Saved data entries
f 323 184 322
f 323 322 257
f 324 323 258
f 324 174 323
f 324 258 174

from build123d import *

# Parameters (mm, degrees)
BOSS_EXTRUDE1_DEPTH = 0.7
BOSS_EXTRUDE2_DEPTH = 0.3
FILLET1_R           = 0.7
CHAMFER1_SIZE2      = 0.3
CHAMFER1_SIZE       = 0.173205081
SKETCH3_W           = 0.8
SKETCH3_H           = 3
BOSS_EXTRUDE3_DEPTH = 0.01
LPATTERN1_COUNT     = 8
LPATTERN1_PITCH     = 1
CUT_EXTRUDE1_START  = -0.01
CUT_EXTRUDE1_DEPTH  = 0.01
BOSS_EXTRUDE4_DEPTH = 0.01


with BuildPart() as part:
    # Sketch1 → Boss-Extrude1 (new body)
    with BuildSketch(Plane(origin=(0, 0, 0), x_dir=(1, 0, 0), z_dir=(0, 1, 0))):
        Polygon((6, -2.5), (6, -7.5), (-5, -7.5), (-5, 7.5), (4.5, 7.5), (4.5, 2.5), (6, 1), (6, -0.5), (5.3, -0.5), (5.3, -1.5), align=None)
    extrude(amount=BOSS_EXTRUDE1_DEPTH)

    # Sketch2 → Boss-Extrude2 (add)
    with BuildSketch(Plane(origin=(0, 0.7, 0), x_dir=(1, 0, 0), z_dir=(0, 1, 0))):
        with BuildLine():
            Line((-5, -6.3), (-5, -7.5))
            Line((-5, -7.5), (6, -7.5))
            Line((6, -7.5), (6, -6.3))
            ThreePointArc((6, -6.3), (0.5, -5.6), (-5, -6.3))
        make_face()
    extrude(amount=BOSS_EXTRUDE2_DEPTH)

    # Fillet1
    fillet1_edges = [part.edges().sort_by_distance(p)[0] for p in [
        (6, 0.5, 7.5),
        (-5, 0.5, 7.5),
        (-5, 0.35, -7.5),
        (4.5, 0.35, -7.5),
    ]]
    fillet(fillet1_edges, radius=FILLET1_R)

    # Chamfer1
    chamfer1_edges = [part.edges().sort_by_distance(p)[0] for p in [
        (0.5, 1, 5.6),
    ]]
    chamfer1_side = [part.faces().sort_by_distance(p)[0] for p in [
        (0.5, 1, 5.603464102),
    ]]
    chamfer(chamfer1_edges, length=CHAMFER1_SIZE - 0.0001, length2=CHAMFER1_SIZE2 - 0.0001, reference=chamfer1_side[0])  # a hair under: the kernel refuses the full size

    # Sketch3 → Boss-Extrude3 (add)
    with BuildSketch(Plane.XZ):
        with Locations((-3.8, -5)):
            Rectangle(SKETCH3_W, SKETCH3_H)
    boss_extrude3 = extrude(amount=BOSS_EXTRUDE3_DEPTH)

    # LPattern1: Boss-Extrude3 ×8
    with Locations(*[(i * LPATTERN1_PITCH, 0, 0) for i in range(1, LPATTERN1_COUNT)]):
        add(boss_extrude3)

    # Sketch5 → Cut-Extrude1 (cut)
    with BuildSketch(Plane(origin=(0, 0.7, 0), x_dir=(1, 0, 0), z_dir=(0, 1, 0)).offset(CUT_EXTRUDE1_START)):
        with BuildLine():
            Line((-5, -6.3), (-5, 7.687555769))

HOW TO COMPLETE THIS TASK:
From the line holding "with Locations(*[(i *" down to the final line above, quote every line exactly and only those lines.

EXERCISE ANSWER:
    with Locations(*[(i * LPATTERN1_PITCH, 0, 0) for i in range(1, LPATTERN1_COUNT)]):
        add(boss_extrude3)

    # Sketch5 → Cut-Extrude1 (cut)
    with BuildSketch(Plane(origin=(0, 0.7, 0), x_dir=(1, 0, 0), z_dir=(0, 1, 0)).offset(CUT_EXTRUDE1_START)):
        with BuildLine():
            Line((-5, -6.3), (-5, 7.687555769))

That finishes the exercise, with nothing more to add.